» WORK ITEM
Restate word for word the lines of the records below, starting at the line that contains "e11 v11 v11" and ending at the line that contains "e20 v20 v20", with both of those lines included and nothing else.

Source records
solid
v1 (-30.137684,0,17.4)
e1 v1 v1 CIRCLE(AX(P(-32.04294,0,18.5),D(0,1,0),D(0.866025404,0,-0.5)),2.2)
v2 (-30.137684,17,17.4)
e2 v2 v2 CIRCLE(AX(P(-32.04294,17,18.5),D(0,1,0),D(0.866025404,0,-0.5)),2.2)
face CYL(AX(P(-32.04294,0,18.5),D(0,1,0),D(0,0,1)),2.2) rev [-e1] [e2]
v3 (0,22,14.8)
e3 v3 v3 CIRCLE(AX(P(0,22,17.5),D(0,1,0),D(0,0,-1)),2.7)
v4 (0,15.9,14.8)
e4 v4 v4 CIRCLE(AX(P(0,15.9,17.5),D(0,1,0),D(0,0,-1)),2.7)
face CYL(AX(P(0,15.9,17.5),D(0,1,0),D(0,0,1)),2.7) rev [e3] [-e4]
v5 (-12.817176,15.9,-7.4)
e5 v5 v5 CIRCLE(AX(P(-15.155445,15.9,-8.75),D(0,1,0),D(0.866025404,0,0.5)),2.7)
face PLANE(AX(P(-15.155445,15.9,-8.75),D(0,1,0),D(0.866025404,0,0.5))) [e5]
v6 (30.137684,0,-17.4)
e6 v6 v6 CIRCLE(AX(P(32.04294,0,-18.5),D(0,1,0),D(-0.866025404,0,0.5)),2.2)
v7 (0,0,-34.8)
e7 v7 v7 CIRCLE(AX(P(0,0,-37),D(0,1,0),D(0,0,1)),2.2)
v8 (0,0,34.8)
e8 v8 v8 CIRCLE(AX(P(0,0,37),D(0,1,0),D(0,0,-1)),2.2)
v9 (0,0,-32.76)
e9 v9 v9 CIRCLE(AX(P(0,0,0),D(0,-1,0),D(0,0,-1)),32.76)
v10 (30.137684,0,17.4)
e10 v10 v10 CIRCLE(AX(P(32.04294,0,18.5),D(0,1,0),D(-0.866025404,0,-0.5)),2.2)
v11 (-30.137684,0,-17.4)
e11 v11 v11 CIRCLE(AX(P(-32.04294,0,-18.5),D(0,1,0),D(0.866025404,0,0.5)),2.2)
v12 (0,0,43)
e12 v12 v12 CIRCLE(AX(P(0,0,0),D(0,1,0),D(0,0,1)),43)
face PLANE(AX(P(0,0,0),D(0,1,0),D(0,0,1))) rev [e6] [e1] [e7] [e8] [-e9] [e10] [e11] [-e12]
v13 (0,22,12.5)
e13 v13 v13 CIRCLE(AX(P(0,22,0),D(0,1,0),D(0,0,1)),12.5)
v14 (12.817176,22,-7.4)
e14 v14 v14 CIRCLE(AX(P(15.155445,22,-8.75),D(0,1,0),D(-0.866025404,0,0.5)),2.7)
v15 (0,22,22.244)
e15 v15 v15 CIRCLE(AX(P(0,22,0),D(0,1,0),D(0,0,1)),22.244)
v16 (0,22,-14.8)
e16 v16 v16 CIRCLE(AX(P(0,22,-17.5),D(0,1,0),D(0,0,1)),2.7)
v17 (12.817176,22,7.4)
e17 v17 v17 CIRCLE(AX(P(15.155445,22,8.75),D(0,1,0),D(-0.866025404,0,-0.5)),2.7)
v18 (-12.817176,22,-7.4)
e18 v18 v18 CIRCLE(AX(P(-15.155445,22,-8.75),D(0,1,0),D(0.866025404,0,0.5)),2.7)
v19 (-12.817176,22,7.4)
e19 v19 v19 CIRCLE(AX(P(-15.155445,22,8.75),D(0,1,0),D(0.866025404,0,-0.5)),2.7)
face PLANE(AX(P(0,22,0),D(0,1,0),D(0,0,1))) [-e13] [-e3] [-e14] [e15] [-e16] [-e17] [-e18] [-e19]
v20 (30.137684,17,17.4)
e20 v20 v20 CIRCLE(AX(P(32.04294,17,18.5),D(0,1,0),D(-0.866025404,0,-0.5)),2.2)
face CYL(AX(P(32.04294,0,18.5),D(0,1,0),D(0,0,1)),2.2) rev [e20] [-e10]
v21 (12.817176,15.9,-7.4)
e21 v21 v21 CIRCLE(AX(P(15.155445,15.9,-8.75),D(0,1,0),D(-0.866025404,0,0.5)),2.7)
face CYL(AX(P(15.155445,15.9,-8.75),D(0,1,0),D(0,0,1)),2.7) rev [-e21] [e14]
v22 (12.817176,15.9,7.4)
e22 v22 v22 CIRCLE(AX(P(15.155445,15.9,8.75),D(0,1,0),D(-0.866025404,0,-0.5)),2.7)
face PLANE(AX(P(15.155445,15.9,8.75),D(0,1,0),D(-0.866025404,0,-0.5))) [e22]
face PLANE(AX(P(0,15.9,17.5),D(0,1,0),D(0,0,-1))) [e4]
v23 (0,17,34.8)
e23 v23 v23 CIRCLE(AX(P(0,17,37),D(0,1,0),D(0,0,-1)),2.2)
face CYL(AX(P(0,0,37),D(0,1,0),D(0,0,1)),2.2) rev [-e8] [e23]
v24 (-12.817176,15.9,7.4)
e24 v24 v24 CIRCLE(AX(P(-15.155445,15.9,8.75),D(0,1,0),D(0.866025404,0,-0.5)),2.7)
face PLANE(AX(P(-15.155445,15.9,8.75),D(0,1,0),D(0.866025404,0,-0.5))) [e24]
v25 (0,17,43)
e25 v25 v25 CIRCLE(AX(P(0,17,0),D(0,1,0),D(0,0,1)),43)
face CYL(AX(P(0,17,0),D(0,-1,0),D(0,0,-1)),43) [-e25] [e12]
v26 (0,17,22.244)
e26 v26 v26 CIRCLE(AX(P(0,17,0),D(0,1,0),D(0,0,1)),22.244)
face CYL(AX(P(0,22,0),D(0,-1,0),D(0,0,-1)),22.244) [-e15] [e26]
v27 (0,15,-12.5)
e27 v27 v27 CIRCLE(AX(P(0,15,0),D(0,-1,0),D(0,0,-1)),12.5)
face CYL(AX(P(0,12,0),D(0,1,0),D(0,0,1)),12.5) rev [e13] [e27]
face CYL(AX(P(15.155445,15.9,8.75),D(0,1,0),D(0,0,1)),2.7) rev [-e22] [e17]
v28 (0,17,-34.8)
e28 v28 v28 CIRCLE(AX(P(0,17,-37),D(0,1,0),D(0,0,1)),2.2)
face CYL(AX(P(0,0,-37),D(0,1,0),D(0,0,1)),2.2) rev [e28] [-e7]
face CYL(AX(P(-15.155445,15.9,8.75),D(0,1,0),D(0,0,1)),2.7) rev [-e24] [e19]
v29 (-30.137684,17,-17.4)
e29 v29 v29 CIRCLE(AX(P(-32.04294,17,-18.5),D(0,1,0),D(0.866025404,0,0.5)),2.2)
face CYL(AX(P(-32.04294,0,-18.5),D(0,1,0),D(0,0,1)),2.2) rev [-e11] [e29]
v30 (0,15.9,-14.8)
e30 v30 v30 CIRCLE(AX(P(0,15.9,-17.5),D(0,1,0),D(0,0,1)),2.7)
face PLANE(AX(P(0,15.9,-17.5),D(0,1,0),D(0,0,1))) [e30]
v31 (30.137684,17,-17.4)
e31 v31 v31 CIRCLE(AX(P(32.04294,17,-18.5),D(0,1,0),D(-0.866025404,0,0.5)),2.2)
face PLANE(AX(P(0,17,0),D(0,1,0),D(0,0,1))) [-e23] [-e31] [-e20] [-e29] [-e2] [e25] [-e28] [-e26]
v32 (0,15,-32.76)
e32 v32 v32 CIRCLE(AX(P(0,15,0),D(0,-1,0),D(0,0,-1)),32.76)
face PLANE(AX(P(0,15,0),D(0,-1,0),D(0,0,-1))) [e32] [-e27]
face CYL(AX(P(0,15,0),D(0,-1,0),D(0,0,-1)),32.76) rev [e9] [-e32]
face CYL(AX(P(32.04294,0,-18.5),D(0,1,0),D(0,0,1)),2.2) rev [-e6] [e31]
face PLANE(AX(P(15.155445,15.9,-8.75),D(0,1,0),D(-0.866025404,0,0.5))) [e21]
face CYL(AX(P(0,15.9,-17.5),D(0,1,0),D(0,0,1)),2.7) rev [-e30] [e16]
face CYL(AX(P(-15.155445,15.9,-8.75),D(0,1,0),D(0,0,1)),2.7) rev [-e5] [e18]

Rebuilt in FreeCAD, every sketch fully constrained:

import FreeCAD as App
import Part
import Sketcher

doc = App.newDocument("Part")
params = doc.addObject("Spreadsheet::Sheet", "Params")
for row, (alias, value) in enumerate([
    ("sketch1_diameter", "86 mm"),
    ("pad1_length", "17 mm"),
    ("pad2_length", "5 mm"),
    ("sketch3_diameter", "65.52 mm"),
    ("pocket1_length", "15 mm"),
    ("sketch4_diameter", "25 mm"),
    ("pocket2_length", "10 mm"),
    ("sketch5_diameter", "5.4 mm"),
    ("pocket3_length", "6.1 mm"),
    ("sketch6_diameter", "4.4 mm"),
], start=1):
    params.set(f"A{row}", alias)
    params.set(f"B{row}", "=" + value)
    params.setAlias(f"B{row}", alias)

body = doc.addObject("PartDesign::Body", "Body")

# Sketch on XZ plane
sketch1 = body.newObject("Sketcher::SketchObject", "Sketch")
sketch1.AttachmentSupport = (doc.getObject("XZ_Plane"), [""])
sketch1.MapMode = "FlatFace"
sketch1.addGeometry(Part.Circle(App.Vector(0, 0, 0), App.Vector(0, 0, 1), 43), False)
sketch1.addConstraint(Sketcher.Constraint("Coincident", 0, 3, -1, 1))
sketch1.addConstraint(Sketcher.Constraint("Diameter", 0, 86.0))
sketch1.setExpression("Constraints[1]", "Params.sketch1_diameter")
pad1 = body.newObject("PartDesign::Pad", "Pad")
pad1.Profile = sketch1
pad1.setExpression("Length", "Params.pad1_length")
pad1.Reversed = True

# Sketch on XZ plane
sketch2 = body.newObject("Sketcher::SketchObject", "Sketch001")
sketch2.AttachmentSupport = (doc.getObject("XZ_Plane"), [""])
sketch2.MapMode = "FlatFace"
sketch2.AttachmentOffset = App.Placement(App.Vector(0, 0, -17), App.Rotation())
sketch2.addGeometry(Part.Circle(App.Vector(0, 0, 0), App.Vector(0, 0, 1), 22), False)
sketch2.addConstraint(Sketcher.Constraint("Coincident", 0, 3, -1, 1))
sketch2.addConstraint(Sketcher.Constraint("Diameter", 0, 44.488))
pad2 = body.newObject("PartDesign::Pad", "Pad001")
pad2.Profile = sketch2
pad2.setExpression("Length", "Params.pad2_length")
pad2.Reversed = True

# Sketch on XZ plane
sketch3 = body.newObject("Sketcher::SketchObject", "Sketch002")
sketch3.AttachmentSupport = (doc.getObject("XZ_Plane"), [""])
sketch3.MapMode = "FlatFace"
sketch3.addGeometry(Part.Circle(App.Vector(0, 0, 0), App.Vector(0, 0, 1), 33), False)
sketch3.addConstraint(Sketcher.Constraint("Coincident", 0, 3, -1, 1))
sketch3.addConstraint(Sketcher.Constraint("Diameter", 0, 65.52))
sketch3.setExpression("Constraints[1]", "Params.sketch3_diameter")
pocket1 = body.newObject("PartDesign::Pocket", "Pocket")
pocket1.Profile = sketch3
pocket1.setExpression("Length", "Params.pocket1_length")

# Sketch on XZ plane
sketch4 = body.newObject("Sketcher::SketchObject", "Sketch003")
sketch4.AttachmentSupport = (doc.getObject("XZ_Plane"), [""])
sketch4.MapMode = "FlatFace"
sketch4.AttachmentOffset = App.Placement(App.Vector(0, 0, -22), App.Rotation())
sketch4.addGeometry(Part.Circle(App.Vector(0, 0, 0), App.Vector(0, 0, 1), 12), False)
sketch4.addConstraint(Sketcher.Constraint("Coincident", 0, 3, -1, 1))
sketch4.addConstraint(Sketcher.Constraint("Diameter", 0, 25.0))
sketch4.setExpression("Constraints[1]", "Params.sketch4_diameter")
pocket2 = body.newObject("PartDesign::Pocket", "Pocket001")
pocket2.Profile = sketch4
pocket2.setExpression("Length", "Params.pocket2_length")
pocket2.Reversed = True

# Sketch on XZ plane
sketch5 = body.newObject("Sketcher::SketchObject", "Sketch004")
sketch5.AttachmentSupport = (doc.getObject("XZ_Plane"), [""])
sketch5.MapMode = "FlatFace"
sketch5.AttachmentOffset = App.Placement(App.Vector(0, 0, -22), App.Rotation())
sketch5.addGeometry(Part.Circle(App.Vector(0, -17.5, 0), App.Vector(0, 0, 1), 2.7), False)
sketch5.addConstraint(Sketcher.Constraint("PointOnObject", 0, 3, -2))
sketch5.addConstraint(Sketcher.Constraint("Diameter", 0, 5.4))
sketch5.addConstraint(Sketcher.Constraint("DistanceY", 0, 3, -1, 1, 17.5))
sketch5.setExpression("Constraints[1]", "Params.sketch5_diameter")
pocket3 = body.newObject("PartDesign::Pocket", "Pocket002")
pocket3.Profile = sketch5
pocket3.setExpression("Length", "Params.pocket3_length")
pocket3.Reversed = True
doc.recompute()

polarpattern = body.newObject("PartDesign::PolarPattern", "PolarPattern")
polarpattern.Originals = [pocket3]
polarpattern.Axis = (doc.getObject("Y_Axis"), [""])
polarpattern.Angle = 360
polarpattern.Occurrences = 6
body.Tip = polarpattern

# Sketch on XZ plane
sketch6 = body.newObject("Sketcher::SketchObject", "Sketch005")
sketch6.AttachmentSupport = (doc.getObject("XZ_Plane"), [""])
sketch6.MapMode = "FlatFace"
sketch6.AttachmentOffset = App.Placement(App.Vector(0, 0, -17), App.Rotation())
sketch6.addGeometry(Part.Circle(App.Vector(0, -37, 0), App.Vector(0, 0, 1), 2.2), False)
sketch6.addConstraint(Sketcher.Constraint("PointOnObject", 0, 3, -2))
sketch6.addConstraint(Sketcher.Constraint("Diameter", 0, 4.4))
sketch6.addConstraint(Sketcher.Constraint("DistanceY", 0, 3, -1, 1, 37.0))
sketch6.setExpression("Constraints[1]", "Params.sketch6_diameter")
pocket4 = body.newObject("PartDesign::Pocket", "Pocket003")
pocket4.Profile = sketch6
pocket4.Type = "ThroughAll"
pocket4.Reversed = True
doc.recompute()

polarpattern2 = body.newObject("PartDesign::PolarPattern", "PolarPattern001")
polarpattern2.Originals = [pocket4]
polarpattern2.Axis = (doc.getObject("Y_Axis"), [""])
polarpattern2.Angle = 360
polarpattern2.Occurrences = 6
body.Tip = polarpattern2

doc.recompute()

» THE COMPLETED TASK
e11 v11 v11 CIRCLE(AX(P(-32.04294,0,-18.5),D(0,1,0),D(0.866025404,0,0.5)),2.2)
v12 (0,0,43)
e12 v12 v12 CIRCLE(AX(P(0,0,0),D(0,1,0),D(0,0,1)),43)
face PLANE(AX(P(0,0,0),D(0,1,0),D(0,0,1))) rev [e6] [e1] [e7] [e8] [-e9] [e10] [e11] [-e12]
v13 (0,22,12.5)
e13 v13 v13 CIRCLE(AX(P(0,22,0),D(0,1,0),D(0,0,1)),12.5)
v14 (12.817176,22,-7.4)
e14 v14 v14 CIRCLE(AX(P(15.155445,22,-8.75),D(0,1,0),D(-0.866025404,0,0.5)),2.7)
v15 (0,22,22.244)
e15 v15 v15 CIRCLE(AX(P(0,22,0),D(0,1,0),D(0,0,1)),22.244)
v16 (0,22,-14.8)
e16 v16 v16 CIRCLE(AX(P(0,22,-17.5),D(0,1,0),D(0,0,1)),2.7)
v17 (12.817176,22,7.4)
e17 v17 v17 CIRCLE(AX(P(15.155445,22,8.75),D(0,1,0),D(-0.866025404,0,-0.5)),2.7)
v18 (-12.817176,22,-7.4)
e18 v18 v18 CIRCLE(AX(P(-15.155445,22,-8.75),D(0,1,0),D(0.866025404,0,0.5)),2.7)
v19 (-12.817176,22,7.4)
e19 v19 v19 CIRCLE(AX(P(-15.155445,22,8.75),D(0,1,0),D(0.866025404,0,-0.5)),2.7)
face PLANE(AX(P(0,22,0),D(0,1,0),D(0,0,1))) [-e13] [-e3] [-e14] [e15] [-e16] [-e17] [-e18] [-e19]
v20 (30.137684,17,17.4)
e20 v20 v20 CIRCLE(AX(P(32.04294,17,18.5),D(0,1,0),D(-0.866025404,0,-0.5)),2.2)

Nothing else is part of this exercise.